St. Moritz GR: Ferienhaus Melnitschenko
- am sonnigen Suvrettahang
- Aussicht ins Oberengadin
- gut getarnt als Chalet
- mit grossem Spa
- Anschluss an Skigebiet
- weitere Enteignungsobjekte nebenan
Der Suvrettahang in St. Moritz gehört zu den teuersten Lagen der Welt. Da wirkt das hölzerne Chalet des russischen Oligarchen Andrei Melnitschenko fast bescheiden. Was eine Vergesellschaftung bringt, davon berichtete eine Hausangestellte bei SRF-«Reporter»: «Was man von aussen sieht, ist nicht das, was es wirklich ist.
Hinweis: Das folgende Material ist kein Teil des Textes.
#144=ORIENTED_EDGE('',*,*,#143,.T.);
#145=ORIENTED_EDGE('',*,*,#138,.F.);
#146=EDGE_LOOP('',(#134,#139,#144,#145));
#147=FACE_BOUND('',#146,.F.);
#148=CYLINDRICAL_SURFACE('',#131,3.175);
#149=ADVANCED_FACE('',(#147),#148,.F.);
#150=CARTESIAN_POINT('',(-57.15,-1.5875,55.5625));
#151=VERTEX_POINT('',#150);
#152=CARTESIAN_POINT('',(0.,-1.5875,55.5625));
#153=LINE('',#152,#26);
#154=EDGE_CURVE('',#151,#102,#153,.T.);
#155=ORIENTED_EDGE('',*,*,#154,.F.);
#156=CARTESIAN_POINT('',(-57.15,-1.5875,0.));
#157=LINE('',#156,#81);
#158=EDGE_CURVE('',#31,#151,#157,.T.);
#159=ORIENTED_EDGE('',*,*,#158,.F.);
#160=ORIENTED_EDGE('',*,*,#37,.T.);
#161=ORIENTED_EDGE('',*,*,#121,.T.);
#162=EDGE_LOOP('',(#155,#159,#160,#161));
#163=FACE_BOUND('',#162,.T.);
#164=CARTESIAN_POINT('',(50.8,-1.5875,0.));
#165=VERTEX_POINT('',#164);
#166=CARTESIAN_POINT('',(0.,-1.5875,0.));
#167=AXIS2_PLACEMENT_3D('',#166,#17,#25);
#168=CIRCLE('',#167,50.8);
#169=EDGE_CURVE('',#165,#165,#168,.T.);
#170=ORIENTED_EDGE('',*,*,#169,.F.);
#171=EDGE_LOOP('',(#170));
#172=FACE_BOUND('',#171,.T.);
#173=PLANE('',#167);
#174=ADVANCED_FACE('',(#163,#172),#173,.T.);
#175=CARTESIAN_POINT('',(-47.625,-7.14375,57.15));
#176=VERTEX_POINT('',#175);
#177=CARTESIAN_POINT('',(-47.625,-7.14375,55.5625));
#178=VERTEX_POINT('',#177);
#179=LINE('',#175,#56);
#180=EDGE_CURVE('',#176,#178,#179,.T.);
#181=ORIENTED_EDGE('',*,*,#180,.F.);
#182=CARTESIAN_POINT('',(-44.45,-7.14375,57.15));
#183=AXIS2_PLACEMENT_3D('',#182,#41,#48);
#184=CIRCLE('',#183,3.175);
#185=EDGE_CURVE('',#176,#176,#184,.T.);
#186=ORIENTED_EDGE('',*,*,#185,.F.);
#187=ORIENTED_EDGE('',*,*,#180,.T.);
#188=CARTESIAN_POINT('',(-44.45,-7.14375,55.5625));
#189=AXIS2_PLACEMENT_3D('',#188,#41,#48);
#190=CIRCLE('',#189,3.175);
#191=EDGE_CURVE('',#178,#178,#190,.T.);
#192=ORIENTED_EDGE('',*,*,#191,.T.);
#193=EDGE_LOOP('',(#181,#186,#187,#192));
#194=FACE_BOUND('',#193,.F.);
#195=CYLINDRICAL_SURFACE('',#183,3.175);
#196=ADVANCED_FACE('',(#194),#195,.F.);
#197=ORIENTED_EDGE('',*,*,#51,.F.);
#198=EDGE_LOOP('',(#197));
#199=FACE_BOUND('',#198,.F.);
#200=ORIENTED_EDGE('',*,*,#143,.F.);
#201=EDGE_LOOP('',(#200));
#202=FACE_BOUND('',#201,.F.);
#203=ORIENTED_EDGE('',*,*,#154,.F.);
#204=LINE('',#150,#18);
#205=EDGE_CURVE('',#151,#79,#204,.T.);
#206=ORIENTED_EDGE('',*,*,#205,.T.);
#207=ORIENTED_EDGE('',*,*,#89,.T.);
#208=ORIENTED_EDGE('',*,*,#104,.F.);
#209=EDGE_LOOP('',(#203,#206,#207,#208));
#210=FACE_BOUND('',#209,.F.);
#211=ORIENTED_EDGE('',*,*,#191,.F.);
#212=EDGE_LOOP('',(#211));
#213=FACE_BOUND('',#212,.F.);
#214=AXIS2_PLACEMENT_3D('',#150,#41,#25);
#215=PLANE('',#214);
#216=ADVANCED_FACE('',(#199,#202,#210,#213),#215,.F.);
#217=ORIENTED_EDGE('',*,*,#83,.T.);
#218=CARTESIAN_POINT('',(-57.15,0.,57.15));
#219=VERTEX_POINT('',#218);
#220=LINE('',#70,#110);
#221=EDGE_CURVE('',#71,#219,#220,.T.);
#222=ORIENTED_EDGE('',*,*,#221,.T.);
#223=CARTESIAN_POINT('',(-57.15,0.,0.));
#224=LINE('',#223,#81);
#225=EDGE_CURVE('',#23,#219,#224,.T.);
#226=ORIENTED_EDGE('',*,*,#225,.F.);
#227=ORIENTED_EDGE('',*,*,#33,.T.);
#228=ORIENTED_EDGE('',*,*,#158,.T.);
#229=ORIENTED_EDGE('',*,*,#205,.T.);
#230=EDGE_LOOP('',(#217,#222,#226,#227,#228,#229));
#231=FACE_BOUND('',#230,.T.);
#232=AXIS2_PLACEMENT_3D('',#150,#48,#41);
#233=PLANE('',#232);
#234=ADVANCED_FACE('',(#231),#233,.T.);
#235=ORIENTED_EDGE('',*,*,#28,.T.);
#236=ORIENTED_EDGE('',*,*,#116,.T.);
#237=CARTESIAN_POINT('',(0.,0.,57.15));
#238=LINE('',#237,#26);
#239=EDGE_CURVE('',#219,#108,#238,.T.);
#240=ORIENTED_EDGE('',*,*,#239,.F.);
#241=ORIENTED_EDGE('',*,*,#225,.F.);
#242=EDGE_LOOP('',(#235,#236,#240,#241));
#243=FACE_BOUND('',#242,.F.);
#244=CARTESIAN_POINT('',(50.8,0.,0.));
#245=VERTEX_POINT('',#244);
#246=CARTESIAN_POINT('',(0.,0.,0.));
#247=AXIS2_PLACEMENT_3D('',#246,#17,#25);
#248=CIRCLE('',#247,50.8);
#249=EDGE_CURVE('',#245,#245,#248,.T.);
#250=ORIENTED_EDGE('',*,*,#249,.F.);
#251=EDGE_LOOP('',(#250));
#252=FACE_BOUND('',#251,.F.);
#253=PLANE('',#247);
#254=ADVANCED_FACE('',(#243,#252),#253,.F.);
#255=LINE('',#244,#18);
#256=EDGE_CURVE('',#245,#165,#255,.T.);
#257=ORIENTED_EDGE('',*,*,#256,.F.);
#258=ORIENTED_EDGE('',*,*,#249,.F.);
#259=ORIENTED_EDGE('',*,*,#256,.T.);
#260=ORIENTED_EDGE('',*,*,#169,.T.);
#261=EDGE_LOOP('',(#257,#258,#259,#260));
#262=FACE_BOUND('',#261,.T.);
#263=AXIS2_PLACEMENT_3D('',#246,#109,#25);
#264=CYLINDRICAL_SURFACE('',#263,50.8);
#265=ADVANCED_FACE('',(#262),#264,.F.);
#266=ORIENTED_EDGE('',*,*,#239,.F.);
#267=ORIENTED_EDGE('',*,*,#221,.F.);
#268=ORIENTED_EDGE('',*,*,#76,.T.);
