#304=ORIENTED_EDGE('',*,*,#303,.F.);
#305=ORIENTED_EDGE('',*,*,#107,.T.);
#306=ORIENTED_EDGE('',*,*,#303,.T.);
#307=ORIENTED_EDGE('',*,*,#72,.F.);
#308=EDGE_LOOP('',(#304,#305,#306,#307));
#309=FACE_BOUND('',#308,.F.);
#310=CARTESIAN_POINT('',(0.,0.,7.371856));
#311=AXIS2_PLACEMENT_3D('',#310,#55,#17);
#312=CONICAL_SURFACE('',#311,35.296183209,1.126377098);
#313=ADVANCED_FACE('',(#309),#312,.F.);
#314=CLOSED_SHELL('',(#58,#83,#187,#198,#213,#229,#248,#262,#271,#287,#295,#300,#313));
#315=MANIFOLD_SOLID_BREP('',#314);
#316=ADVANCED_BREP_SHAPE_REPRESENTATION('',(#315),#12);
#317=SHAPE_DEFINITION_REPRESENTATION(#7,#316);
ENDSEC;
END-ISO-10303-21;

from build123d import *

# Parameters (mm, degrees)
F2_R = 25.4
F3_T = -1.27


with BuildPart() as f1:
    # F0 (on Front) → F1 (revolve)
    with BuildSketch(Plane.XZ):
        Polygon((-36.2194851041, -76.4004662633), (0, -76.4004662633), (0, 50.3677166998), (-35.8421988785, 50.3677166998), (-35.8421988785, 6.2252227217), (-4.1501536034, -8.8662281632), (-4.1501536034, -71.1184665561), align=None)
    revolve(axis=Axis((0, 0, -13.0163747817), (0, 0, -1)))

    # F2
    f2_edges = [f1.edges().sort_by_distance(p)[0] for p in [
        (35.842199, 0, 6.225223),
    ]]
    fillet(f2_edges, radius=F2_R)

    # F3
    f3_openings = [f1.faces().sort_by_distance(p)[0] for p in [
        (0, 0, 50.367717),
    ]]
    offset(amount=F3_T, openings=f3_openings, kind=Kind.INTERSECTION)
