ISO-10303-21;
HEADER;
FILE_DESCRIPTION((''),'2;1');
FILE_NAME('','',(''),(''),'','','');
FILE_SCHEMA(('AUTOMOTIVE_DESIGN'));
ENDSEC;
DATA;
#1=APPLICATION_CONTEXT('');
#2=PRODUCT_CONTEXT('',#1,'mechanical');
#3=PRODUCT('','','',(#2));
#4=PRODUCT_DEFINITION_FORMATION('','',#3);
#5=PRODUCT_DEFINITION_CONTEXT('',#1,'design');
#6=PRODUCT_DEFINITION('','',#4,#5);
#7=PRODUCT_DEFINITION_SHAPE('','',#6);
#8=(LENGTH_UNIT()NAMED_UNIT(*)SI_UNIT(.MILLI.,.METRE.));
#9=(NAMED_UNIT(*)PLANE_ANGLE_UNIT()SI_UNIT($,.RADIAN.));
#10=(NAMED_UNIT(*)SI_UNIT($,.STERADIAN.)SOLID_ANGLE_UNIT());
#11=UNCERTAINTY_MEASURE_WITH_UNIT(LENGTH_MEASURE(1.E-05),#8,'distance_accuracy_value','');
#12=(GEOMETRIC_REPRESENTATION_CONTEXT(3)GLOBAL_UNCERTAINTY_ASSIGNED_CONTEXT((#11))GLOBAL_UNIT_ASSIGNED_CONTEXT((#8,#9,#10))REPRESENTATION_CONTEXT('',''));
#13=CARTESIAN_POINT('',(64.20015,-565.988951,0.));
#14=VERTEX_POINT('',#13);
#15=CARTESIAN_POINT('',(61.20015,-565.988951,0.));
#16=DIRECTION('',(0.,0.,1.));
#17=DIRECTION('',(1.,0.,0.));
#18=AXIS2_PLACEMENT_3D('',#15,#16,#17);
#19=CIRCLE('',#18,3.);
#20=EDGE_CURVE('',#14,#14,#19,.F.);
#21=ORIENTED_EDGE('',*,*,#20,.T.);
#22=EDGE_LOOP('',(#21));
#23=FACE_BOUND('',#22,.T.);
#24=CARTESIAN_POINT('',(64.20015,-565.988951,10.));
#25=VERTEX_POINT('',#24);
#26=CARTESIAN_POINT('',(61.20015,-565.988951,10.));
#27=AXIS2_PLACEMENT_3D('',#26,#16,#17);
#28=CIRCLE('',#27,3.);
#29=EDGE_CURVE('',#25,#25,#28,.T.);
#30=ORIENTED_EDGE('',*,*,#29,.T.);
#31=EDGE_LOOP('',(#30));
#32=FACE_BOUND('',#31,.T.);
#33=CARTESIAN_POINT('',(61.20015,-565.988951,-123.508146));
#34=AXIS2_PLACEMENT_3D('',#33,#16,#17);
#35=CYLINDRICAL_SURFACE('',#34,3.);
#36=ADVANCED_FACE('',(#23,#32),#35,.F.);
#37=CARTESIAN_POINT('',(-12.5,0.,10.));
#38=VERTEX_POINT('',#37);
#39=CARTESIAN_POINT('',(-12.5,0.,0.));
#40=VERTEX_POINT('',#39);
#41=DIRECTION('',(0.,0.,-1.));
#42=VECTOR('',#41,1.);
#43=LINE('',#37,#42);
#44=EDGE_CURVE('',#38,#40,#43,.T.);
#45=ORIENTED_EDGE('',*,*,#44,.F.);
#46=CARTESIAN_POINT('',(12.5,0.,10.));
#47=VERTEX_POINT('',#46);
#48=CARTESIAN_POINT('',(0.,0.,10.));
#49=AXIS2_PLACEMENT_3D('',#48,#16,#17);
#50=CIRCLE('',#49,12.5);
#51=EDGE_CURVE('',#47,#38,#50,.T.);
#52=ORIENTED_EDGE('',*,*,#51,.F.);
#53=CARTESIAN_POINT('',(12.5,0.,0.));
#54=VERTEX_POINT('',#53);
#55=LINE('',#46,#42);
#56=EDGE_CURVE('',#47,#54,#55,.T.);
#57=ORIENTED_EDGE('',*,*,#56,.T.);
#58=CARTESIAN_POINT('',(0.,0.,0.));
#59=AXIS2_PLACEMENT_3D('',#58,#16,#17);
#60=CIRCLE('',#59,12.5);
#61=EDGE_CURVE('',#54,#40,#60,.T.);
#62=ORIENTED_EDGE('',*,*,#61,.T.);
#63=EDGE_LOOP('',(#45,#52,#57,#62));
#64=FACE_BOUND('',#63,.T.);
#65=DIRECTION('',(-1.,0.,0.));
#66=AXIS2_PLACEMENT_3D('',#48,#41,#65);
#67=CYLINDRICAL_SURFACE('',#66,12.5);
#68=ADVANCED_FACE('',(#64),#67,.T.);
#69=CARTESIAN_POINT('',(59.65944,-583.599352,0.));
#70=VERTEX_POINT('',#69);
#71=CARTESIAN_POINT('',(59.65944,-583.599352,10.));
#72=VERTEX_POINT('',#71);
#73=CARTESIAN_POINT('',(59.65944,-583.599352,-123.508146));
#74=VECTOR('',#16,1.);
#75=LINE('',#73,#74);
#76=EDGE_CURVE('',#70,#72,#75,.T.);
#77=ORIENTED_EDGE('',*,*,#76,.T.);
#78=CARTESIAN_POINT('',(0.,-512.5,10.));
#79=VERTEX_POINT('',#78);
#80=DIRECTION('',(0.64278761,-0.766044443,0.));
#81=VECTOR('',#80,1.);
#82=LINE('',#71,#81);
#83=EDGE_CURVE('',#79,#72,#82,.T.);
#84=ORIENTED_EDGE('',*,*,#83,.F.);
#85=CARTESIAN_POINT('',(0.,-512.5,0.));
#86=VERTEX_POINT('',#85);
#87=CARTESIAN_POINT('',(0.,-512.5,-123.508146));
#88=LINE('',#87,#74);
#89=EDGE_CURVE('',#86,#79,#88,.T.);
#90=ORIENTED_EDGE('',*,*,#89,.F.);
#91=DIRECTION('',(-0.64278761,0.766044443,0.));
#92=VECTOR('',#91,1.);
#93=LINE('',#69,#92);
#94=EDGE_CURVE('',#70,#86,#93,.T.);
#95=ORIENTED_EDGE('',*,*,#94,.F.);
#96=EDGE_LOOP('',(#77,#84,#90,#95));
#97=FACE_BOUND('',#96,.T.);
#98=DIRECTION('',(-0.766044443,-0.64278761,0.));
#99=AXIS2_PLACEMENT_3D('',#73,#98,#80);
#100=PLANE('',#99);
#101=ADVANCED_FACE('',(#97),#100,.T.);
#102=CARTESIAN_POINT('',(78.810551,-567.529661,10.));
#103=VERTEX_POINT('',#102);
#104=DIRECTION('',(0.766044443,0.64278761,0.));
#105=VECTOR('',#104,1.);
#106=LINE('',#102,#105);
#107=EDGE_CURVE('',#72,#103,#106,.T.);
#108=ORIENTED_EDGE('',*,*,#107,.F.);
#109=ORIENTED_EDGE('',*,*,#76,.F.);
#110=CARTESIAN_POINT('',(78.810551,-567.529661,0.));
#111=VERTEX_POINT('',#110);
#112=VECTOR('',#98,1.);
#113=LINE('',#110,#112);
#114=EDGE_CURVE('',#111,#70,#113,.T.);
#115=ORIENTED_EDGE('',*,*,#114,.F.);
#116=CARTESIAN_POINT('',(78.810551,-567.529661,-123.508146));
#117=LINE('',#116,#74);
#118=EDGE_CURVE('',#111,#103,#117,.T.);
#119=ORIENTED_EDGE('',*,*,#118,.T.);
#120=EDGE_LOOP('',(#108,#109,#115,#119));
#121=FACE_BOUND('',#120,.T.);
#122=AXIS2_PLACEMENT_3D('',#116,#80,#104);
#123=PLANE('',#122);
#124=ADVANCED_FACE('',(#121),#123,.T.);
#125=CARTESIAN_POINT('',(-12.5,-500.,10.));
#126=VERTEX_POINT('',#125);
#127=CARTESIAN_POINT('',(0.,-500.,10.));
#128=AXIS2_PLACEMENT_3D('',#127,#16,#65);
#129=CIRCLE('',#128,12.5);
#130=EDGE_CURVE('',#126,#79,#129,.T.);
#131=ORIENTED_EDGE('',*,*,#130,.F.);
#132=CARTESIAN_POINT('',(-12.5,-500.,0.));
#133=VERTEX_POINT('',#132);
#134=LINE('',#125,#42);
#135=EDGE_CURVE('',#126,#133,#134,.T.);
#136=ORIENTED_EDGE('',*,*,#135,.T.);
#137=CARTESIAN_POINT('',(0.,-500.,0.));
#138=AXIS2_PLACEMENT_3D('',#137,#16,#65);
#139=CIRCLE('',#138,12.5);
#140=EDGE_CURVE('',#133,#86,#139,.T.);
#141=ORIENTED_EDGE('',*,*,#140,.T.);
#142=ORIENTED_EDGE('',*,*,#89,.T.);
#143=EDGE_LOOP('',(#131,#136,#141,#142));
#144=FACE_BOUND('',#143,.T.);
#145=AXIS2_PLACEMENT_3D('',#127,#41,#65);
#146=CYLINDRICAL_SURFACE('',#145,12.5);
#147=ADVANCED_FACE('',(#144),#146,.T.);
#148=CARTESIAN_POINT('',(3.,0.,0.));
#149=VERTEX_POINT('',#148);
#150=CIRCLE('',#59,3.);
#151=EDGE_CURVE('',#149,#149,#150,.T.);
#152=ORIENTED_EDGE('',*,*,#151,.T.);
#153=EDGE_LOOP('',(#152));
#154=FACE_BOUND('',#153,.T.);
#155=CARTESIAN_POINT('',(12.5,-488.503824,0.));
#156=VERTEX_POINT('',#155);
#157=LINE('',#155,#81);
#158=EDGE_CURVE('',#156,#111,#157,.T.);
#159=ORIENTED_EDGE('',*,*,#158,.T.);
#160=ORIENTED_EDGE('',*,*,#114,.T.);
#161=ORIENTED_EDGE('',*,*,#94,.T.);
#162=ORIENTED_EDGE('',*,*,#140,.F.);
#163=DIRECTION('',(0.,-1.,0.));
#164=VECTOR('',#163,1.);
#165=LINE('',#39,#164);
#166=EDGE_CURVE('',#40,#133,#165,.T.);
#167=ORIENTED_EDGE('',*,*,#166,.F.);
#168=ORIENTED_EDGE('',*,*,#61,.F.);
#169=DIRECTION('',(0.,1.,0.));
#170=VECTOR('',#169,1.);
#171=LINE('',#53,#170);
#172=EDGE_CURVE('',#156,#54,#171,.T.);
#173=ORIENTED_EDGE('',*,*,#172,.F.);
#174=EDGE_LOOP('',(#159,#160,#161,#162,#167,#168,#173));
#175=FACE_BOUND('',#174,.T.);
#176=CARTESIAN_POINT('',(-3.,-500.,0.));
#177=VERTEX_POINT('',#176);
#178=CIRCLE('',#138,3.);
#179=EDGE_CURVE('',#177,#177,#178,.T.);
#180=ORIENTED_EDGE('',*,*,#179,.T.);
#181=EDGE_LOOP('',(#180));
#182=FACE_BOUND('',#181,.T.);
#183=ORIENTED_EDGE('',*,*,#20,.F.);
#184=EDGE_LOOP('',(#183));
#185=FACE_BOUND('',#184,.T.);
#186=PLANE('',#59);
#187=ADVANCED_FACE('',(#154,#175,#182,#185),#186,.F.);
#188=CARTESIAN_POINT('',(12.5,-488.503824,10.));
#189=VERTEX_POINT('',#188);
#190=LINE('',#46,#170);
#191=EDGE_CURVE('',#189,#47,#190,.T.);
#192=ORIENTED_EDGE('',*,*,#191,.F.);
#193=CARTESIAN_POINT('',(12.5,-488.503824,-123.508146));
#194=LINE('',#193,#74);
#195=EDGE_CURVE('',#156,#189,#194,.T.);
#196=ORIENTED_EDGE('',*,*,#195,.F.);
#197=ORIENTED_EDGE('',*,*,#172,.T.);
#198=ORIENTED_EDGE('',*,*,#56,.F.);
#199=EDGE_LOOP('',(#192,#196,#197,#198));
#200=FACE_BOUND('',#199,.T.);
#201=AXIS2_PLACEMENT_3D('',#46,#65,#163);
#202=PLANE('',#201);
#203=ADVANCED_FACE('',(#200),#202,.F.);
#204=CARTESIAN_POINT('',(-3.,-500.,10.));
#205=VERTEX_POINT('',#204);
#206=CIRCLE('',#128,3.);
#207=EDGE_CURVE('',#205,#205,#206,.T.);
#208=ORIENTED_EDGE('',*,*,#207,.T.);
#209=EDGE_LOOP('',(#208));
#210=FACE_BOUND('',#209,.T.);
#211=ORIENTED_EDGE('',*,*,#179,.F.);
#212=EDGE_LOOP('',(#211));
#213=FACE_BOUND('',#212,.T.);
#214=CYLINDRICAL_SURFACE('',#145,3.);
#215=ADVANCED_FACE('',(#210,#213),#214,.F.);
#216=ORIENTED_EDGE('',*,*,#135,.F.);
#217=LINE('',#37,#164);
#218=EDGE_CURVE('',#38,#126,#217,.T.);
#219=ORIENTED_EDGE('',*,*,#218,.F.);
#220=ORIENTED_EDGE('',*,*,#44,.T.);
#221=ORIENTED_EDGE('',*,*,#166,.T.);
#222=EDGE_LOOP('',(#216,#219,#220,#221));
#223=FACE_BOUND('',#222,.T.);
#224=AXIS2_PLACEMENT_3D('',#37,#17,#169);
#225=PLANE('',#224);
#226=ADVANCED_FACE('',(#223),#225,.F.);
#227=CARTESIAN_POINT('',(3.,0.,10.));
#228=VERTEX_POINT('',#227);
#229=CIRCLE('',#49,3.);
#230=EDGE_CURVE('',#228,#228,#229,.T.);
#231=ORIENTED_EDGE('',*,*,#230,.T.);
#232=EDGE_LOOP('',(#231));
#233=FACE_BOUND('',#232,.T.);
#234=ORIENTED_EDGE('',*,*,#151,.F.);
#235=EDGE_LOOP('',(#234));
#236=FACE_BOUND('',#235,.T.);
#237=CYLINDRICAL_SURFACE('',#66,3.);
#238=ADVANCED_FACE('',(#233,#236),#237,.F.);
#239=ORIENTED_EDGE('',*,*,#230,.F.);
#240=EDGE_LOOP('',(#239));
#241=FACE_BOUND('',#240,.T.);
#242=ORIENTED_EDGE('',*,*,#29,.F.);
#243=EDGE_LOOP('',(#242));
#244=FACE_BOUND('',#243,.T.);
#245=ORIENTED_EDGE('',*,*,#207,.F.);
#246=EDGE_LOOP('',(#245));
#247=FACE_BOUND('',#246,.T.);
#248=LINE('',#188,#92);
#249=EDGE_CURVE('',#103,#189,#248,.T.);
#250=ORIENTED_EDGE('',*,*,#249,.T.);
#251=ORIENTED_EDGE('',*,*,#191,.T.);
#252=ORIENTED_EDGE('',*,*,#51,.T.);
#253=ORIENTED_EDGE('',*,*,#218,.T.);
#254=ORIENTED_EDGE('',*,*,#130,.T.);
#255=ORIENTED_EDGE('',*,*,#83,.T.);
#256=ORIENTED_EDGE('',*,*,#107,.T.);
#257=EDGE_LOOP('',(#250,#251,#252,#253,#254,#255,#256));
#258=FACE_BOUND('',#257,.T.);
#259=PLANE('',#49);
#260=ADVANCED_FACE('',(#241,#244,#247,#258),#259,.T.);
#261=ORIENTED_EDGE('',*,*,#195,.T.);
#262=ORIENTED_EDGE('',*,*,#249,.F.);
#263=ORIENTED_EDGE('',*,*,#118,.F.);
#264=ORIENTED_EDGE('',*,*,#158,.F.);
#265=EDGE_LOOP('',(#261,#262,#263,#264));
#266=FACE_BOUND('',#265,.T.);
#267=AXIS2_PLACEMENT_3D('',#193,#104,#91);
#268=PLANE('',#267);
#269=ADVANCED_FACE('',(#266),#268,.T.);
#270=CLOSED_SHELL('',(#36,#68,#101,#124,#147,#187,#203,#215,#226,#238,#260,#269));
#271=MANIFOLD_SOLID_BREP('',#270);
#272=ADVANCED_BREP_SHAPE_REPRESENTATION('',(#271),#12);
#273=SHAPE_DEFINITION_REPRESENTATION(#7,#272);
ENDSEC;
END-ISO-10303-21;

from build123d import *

# Parameters (mm, degrees)
SKETCH1_R           = 3
BOSS_EXTRUDE1_DEPTH = 10
SKETCH2_R           = 3
BOSS_EXTRUDE3_DEPTH = 10


with BuildPart() as part:
    # Sketch1 → Boss-Extrude1 (new body)
    with BuildSketch(Plane.XY):
        with BuildLine():
            Line((-12.5, 0), (-12.5, -500))
            ThreePointArc((-12.5, -500), (0, -512.5), (12.5, -500))
            Line((12.5, -500), (12.5, 0))
            ThreePointArc((12.5, 0), (0, 12.5), (-12.5, 0))
        make_face()
        Circle(SKETCH1_R, mode=Mode.SUBTRACT)
        with Locations(Location((0, -500, 0), (0, 0, 180))):
            Circle(SKETCH1_R, mode=Mode.SUBTRACT)
    extrude(amount=BOSS_EXTRUDE1_DEPTH)

    # Sketch2 → Boss-Extrude3 (add)
    with BuildSketch(Plane.XY.offset(10)):
        Polygon((12.5, -488.503824236), (78.810550707, -567.529661268), (59.659439629, -583.59935151), (0, -512.5), align=None)
        with Locations((61.200150047, -565.98895085)):
            Circle(SKETCH2_R, mode=Mode.SUBTRACT)
    extrude(amount=-BOSS_EXTRUDE3_DEPTH)


solid = part.part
Viel versteckt sich im Berg!» Multimilliardär Melnitschenko, ein treuer Vasall Wladimir Putins, entkam bisher mit Tricks den Schweizer Sanktionen. Da hilft nur die direkte Aktion.
Andermatt UR: Chedi
- auf 1447 Metern über Meer
- schattig dank Gemsstock
- Luxushotel mit Wohnungen
- Golfplatz, Skigebiet und Spa
- Strassen in alle Himmelsrichtungen
- Gault-Millau-Hotel des Jahres 2017
Die Vergesellschaftung des Chedi-Komplexes verspricht tiefe Einblicke in die Keller, den schlechten Geschmack («alpiner Chic und asiatischer Ausdruck») und weitere peinliche Zonen des Superreichtums. Die Hotelsuiten, Penthouses und Chalets schreien nach kreativer Zweckentfremdung, die Infrastruktur ist garantiert hochwertig. Der einstige Säumerknotenpunkt, Armeestützpunkt und Luxushotspot Andermatt (wörtlich: bei der Wiese) findet endlich seine wahre Bestimmung: als Allmend.
Weinfelden TG: Schloss
- 26 Zimmer
- eigene Kapelle
- Turm mit Panoramablick
- Zugbrücke
- 60 000 Quadratmeter Umland
- Rebberge
August von Finck senior war Hitlers Bankier. Weil ihn die Alliierten als «Mitläufer» einstuften, blieb er nach dem Krieg im Geschäft – und erwarb 1971 Schloss Weinfelden als Prunksitz. Sein Sohn August von Finck junior stand dem Alten politisch in nichts nach und finanzierte rechtsextreme Parteien. Das Schloss musste er in einem Erbschaftsstreit gegen einen Halbbruder verteidigen. 2021 starb der Milliardär. Eine Öffnung des Schlosses für die Bevölkerung wäre auch ein antifaschistischer Akt.
Lipperswil TG: Conny-Land
- Delfin-frei seit 2014
- Tripadvisor-Zertifikat für Exzellenz
- dressierte Papageien
- 30 000 Quadratmeter
- rund 60 Attraktionen
- Bodenseenähe
Das Conny-Land ist ein Freizeitpark mit Impact: Nur ihm ist die gesetzliche Verankerung eines Delfinimportverbots zu verdanken (nachdem dort zuvor acht Tiere innert drei Jahren gestorben waren). Davon hat sich der Park mittlerweile erholt. Mit rund sechzig Attraktionen wartet er heute auf. Die Vorteile seiner Vergesellschaftung liegen auf der Hand: Weg mit den Eintrittsgebühren! Und vielleicht auch mit den Seelöwen, die hier immer noch zum Frühstück mit Kindern gezwungen werden.